» **Goal of the exercise**
Lines to restate from the data below: from the one containing "f 210 44 208" to the one containing "f 203 48 227", both included. Give them again exactly, and only them.

» **Data excerpts**
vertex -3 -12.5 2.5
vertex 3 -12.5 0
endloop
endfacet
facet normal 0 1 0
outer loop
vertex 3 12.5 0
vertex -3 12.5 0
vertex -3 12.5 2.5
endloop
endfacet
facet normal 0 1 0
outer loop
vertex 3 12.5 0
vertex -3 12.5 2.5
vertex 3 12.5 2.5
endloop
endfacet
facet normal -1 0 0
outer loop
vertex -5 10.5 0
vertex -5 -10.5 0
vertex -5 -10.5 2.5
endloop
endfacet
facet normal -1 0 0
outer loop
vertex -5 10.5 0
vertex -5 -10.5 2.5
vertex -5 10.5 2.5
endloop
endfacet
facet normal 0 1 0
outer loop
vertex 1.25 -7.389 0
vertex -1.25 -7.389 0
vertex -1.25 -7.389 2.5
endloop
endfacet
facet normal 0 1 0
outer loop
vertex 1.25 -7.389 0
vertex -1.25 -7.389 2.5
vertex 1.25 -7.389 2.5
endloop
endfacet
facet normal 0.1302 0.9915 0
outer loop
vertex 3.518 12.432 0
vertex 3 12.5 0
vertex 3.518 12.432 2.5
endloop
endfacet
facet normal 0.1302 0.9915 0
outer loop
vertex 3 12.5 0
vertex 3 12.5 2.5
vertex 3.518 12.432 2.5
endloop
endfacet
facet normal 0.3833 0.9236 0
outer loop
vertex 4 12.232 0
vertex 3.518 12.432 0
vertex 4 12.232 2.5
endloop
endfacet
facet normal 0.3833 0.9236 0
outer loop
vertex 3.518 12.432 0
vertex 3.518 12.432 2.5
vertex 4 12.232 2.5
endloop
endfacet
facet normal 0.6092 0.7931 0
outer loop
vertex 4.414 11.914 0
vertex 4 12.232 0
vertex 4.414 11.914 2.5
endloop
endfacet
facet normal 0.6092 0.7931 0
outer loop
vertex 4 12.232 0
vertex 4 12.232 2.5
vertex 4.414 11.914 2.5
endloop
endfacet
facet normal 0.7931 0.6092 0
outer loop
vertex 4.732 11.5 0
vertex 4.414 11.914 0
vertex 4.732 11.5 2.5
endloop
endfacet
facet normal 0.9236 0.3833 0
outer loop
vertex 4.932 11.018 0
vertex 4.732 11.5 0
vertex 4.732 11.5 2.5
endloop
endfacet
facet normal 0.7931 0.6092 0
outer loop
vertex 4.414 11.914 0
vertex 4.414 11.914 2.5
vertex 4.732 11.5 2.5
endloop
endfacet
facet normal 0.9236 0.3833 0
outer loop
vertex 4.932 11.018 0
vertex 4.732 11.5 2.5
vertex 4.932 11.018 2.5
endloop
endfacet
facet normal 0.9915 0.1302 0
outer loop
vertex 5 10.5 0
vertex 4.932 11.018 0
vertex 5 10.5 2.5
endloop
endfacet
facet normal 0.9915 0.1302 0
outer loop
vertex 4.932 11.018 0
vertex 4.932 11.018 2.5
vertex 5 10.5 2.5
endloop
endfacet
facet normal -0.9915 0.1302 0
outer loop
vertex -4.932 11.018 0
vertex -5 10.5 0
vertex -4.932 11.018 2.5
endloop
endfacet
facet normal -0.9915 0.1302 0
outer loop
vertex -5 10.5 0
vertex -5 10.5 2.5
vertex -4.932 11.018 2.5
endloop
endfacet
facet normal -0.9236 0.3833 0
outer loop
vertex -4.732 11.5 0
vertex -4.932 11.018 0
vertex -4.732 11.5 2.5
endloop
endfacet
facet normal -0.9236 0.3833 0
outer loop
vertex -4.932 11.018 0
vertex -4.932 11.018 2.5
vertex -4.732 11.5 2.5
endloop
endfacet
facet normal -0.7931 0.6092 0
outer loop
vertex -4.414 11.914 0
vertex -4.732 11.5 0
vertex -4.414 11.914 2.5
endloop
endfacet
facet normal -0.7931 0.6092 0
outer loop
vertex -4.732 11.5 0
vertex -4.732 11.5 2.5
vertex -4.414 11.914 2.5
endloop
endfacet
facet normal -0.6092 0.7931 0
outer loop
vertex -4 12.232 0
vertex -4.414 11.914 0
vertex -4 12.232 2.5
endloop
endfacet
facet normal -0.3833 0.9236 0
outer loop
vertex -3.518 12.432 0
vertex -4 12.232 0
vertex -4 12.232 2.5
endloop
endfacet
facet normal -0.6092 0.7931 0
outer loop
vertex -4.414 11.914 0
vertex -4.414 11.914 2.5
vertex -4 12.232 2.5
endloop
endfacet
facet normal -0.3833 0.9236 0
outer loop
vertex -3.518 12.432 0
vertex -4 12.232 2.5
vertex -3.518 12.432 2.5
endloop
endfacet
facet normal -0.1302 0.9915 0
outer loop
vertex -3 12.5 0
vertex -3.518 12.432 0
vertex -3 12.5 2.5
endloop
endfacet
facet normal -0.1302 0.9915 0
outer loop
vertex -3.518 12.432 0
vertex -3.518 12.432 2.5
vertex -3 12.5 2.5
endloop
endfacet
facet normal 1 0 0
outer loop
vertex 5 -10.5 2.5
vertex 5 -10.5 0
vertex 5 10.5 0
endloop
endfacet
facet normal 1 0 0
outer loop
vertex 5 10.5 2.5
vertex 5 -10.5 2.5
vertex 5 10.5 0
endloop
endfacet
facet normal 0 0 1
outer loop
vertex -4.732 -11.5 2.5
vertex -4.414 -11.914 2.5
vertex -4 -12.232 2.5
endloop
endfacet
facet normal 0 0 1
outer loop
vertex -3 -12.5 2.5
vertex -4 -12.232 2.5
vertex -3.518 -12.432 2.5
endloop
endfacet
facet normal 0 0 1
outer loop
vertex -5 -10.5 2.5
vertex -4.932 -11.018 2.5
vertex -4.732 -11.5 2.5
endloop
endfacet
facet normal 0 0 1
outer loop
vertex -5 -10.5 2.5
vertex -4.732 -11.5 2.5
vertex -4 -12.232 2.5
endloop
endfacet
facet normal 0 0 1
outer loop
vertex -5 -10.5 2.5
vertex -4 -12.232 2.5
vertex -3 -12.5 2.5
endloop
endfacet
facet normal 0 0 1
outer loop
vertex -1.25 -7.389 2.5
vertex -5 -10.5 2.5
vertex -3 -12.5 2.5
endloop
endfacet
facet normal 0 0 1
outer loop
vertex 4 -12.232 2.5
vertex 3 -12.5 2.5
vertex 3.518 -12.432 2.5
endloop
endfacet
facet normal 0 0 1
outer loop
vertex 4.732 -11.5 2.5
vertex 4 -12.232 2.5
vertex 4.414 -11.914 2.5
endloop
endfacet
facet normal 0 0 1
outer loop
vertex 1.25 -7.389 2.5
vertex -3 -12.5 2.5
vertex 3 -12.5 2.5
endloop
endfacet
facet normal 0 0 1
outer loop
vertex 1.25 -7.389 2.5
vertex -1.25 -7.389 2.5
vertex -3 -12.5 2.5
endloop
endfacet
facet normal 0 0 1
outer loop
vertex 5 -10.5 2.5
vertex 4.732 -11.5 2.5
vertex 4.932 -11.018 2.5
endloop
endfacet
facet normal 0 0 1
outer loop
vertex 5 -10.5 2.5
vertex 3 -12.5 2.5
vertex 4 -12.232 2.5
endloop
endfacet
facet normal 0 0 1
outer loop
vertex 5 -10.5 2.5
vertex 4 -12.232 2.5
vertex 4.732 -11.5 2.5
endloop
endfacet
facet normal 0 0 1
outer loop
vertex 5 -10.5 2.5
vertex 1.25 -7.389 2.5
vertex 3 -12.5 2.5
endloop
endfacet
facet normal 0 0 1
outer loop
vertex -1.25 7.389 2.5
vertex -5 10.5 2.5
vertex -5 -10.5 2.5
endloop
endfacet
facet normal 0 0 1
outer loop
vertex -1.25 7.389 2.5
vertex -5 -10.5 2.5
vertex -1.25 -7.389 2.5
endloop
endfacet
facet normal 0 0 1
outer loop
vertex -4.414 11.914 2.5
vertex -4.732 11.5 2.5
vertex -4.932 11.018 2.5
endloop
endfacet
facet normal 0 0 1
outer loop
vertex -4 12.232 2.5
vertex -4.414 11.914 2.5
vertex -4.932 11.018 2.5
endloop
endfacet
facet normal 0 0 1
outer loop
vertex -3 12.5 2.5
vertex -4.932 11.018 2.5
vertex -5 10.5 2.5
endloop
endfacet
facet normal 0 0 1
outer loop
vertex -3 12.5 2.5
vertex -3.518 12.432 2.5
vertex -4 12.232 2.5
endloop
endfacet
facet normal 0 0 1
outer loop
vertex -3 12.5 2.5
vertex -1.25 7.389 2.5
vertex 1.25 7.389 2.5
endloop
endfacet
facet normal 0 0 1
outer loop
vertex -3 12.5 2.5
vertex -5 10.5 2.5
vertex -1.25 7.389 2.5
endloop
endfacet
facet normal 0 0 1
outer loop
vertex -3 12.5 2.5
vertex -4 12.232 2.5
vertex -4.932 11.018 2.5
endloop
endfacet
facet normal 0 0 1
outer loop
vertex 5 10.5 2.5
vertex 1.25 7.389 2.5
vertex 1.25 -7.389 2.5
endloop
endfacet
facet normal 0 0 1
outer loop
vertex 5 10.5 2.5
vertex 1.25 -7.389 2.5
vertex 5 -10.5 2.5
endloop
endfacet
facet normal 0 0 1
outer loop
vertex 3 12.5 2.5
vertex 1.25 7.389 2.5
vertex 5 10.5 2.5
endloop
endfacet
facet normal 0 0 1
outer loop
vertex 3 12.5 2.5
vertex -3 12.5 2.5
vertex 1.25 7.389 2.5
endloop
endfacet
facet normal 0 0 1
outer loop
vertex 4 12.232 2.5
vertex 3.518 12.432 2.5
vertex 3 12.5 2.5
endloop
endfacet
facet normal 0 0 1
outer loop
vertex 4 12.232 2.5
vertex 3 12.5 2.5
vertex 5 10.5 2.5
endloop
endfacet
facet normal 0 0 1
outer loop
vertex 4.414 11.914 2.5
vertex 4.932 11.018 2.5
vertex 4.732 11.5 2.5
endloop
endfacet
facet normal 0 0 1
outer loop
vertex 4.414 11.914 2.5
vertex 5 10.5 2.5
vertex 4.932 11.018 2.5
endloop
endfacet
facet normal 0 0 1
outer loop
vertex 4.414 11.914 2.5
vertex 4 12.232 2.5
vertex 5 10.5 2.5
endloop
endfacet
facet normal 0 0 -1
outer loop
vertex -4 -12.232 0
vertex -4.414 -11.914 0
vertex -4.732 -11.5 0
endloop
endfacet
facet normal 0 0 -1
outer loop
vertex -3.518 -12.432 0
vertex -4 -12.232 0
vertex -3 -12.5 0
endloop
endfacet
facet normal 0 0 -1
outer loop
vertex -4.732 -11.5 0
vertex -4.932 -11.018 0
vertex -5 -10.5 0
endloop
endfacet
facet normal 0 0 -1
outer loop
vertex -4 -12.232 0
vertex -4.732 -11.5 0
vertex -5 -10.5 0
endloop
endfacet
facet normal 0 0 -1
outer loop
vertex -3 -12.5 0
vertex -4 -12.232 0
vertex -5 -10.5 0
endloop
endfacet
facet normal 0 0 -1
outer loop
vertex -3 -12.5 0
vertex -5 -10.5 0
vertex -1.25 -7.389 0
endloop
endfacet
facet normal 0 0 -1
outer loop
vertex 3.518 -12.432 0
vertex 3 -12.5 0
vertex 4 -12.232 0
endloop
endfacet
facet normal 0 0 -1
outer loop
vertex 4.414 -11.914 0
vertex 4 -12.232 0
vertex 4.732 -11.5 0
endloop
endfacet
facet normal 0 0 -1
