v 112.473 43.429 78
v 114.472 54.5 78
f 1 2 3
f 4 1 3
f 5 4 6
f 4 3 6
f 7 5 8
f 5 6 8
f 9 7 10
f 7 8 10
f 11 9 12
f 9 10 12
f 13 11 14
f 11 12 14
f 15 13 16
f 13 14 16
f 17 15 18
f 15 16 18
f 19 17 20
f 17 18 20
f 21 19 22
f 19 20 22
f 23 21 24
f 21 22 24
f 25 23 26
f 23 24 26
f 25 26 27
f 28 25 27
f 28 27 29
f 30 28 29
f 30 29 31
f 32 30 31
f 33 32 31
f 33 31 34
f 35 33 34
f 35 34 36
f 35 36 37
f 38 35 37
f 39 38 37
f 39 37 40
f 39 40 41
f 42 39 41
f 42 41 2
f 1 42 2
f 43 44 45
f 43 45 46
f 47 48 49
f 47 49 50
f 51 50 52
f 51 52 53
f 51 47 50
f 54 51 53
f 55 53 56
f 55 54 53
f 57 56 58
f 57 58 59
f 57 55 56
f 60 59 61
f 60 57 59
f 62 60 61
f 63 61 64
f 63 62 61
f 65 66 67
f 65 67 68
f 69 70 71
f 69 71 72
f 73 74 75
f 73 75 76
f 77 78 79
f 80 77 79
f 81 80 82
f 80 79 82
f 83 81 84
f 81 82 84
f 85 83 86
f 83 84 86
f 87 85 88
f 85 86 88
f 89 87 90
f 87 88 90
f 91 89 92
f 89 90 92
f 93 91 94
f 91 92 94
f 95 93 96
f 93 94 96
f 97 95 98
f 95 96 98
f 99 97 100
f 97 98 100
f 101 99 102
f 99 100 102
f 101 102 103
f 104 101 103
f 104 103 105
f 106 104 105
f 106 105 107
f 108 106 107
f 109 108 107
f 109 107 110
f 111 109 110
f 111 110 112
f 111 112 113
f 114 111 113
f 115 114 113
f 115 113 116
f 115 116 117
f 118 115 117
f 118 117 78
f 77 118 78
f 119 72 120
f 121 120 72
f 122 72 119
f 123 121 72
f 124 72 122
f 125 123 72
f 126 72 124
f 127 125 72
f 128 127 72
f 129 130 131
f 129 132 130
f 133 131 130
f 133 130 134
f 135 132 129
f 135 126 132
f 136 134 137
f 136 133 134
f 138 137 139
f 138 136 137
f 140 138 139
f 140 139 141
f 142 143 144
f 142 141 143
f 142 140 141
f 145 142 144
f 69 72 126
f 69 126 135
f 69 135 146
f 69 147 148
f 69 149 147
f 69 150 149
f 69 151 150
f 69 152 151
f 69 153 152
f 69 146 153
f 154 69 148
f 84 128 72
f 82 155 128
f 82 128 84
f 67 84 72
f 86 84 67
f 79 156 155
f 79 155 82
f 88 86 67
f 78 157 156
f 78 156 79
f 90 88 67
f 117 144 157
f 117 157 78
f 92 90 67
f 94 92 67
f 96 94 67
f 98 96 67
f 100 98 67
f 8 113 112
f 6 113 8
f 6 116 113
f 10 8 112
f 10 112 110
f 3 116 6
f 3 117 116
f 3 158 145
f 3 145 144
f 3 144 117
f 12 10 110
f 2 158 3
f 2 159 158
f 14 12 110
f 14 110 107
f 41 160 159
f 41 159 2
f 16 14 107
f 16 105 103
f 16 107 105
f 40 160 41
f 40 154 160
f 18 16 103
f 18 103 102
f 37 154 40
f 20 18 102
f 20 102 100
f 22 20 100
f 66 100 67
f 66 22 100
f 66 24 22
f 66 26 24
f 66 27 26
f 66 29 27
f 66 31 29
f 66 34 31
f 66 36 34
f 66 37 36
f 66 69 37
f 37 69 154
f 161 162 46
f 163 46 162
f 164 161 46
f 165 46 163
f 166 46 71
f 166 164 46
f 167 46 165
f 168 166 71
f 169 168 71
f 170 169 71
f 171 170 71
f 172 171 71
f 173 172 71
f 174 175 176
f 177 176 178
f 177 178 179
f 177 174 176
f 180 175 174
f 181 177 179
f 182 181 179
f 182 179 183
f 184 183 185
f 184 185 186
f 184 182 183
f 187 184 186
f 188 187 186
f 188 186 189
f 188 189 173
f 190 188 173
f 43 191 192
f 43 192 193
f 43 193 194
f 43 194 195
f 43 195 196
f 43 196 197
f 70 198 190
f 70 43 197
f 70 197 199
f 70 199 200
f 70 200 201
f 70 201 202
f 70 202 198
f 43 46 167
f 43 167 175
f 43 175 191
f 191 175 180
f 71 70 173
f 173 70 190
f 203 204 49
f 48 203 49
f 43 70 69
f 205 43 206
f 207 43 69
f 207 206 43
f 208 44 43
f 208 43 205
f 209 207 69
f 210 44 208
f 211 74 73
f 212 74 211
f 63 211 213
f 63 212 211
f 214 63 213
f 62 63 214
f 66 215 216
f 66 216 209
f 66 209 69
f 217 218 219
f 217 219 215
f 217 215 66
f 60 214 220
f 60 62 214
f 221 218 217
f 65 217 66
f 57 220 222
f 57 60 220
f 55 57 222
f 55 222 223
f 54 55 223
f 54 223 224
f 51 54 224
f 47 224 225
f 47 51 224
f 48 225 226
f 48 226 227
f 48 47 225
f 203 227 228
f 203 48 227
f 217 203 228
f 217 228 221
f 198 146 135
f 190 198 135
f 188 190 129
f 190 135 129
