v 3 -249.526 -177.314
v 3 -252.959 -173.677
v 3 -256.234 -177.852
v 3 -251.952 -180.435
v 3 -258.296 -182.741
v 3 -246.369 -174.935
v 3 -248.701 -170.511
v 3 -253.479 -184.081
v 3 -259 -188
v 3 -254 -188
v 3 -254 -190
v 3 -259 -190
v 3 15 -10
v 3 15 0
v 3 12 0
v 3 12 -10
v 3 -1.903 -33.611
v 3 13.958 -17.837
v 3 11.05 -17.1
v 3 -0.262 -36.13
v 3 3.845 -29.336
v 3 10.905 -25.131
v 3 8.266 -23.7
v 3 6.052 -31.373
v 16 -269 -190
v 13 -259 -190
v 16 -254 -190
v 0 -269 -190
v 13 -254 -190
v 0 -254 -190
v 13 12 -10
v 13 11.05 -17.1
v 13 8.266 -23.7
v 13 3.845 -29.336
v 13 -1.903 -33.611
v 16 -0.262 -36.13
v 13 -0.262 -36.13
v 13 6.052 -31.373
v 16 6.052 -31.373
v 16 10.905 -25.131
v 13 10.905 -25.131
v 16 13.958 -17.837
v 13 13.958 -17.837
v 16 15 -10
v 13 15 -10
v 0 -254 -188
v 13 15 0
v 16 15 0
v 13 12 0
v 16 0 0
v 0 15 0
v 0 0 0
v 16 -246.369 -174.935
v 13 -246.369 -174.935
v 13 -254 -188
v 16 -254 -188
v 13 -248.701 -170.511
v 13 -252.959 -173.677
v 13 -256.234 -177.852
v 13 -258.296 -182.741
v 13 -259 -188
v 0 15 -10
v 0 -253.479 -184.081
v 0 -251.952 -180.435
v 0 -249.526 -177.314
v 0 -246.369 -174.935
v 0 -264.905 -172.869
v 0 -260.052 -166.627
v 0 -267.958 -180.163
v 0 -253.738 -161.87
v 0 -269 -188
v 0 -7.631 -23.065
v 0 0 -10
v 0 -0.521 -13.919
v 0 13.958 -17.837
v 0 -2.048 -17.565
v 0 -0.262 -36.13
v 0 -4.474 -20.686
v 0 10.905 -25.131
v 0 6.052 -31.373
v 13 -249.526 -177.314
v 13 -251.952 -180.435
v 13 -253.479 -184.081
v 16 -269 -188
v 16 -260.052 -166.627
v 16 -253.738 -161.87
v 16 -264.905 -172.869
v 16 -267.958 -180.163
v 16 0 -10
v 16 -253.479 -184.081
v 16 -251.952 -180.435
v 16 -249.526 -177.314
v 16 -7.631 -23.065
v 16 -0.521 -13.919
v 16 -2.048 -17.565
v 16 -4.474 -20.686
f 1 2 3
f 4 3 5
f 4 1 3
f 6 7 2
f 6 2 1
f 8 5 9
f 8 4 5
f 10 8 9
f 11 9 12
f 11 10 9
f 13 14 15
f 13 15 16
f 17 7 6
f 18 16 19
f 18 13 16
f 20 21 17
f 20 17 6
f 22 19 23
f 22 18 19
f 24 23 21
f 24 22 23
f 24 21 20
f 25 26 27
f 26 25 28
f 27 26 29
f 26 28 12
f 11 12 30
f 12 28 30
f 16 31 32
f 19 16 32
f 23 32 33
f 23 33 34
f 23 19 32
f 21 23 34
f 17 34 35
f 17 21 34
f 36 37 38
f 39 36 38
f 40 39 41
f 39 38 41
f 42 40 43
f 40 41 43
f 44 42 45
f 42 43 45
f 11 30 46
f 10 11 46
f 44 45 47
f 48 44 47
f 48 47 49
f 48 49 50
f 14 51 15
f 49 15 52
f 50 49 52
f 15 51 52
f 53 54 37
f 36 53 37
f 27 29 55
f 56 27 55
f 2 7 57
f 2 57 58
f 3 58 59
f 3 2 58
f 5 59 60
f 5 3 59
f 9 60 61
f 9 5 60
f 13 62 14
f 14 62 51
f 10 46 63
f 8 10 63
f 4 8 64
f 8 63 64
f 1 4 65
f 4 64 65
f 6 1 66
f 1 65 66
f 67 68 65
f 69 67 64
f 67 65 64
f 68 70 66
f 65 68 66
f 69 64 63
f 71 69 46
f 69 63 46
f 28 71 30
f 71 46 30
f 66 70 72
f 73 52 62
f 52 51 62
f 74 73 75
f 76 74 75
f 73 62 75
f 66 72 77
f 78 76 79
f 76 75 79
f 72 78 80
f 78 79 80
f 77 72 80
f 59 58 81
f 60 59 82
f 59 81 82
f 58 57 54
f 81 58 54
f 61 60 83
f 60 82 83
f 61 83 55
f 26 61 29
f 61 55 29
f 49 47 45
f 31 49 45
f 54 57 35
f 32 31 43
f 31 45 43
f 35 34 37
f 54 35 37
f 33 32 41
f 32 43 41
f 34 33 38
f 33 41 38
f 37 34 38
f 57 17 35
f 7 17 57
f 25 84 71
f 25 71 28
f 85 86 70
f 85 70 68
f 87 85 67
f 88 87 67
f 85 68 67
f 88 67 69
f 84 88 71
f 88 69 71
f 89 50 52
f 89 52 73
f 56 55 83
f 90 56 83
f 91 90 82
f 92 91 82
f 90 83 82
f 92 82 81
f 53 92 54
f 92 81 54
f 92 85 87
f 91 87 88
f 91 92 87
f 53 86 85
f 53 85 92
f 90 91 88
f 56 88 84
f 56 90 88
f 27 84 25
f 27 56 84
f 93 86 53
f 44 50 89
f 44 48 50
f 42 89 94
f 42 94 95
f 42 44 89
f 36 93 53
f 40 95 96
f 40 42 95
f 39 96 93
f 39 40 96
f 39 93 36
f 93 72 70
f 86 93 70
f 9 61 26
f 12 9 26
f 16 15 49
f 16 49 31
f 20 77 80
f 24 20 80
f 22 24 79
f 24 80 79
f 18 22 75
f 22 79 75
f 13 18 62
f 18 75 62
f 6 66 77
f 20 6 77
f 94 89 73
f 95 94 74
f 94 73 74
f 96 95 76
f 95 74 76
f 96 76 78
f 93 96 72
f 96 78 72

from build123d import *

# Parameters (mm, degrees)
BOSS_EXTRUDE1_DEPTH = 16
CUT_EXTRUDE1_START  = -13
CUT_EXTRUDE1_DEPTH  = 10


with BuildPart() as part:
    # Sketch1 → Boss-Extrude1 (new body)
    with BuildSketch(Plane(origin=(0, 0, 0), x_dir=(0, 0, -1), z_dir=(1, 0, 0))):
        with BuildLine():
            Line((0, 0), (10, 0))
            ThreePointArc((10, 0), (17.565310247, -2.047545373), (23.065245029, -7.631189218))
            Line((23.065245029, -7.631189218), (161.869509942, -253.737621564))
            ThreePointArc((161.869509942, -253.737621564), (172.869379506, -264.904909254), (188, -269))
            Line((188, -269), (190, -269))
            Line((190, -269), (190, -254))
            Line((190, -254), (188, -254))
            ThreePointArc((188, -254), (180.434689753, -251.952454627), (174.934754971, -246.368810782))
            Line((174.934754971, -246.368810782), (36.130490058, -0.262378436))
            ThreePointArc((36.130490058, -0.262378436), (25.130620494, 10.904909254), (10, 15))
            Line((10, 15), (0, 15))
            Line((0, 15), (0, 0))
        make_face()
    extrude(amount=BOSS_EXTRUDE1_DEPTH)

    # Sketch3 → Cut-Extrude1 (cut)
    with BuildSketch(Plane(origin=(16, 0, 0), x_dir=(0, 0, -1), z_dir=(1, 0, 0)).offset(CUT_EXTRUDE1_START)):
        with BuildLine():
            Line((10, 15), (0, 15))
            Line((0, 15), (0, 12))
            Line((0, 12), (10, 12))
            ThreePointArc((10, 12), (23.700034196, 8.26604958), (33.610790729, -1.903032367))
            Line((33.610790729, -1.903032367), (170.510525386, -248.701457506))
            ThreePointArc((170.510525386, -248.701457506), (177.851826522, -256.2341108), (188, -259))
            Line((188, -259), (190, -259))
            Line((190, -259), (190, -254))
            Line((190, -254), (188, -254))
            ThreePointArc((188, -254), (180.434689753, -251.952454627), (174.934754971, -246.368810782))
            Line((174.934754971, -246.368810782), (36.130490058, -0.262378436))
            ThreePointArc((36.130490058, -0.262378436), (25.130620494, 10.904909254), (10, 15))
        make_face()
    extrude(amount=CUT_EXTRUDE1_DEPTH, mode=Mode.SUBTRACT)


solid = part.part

» **Final answer**
f 210 44 208
f 211 74 73
f 212 74 211
f 63 211 213
f 63 212 211
f 214 63 213
f 62 63 214
f 66 215 216
f 66 216 209
f 66 209 69
f 217 218 219
f 217 219 215
f 217 215 66
f 60 214 220
f 60 62 214
f 221 218 217
f 65 217 66
f 57 220 222
f 57 60 220
f 55 57 222
f 55 222 223
f 54 55 223
f 54 223 224
f 51 54 224
f 47 224 225
f 47 51 224
f 48 225 226
f 48 226 227
f 48 47 225
f 203 227 228
f 203 48 227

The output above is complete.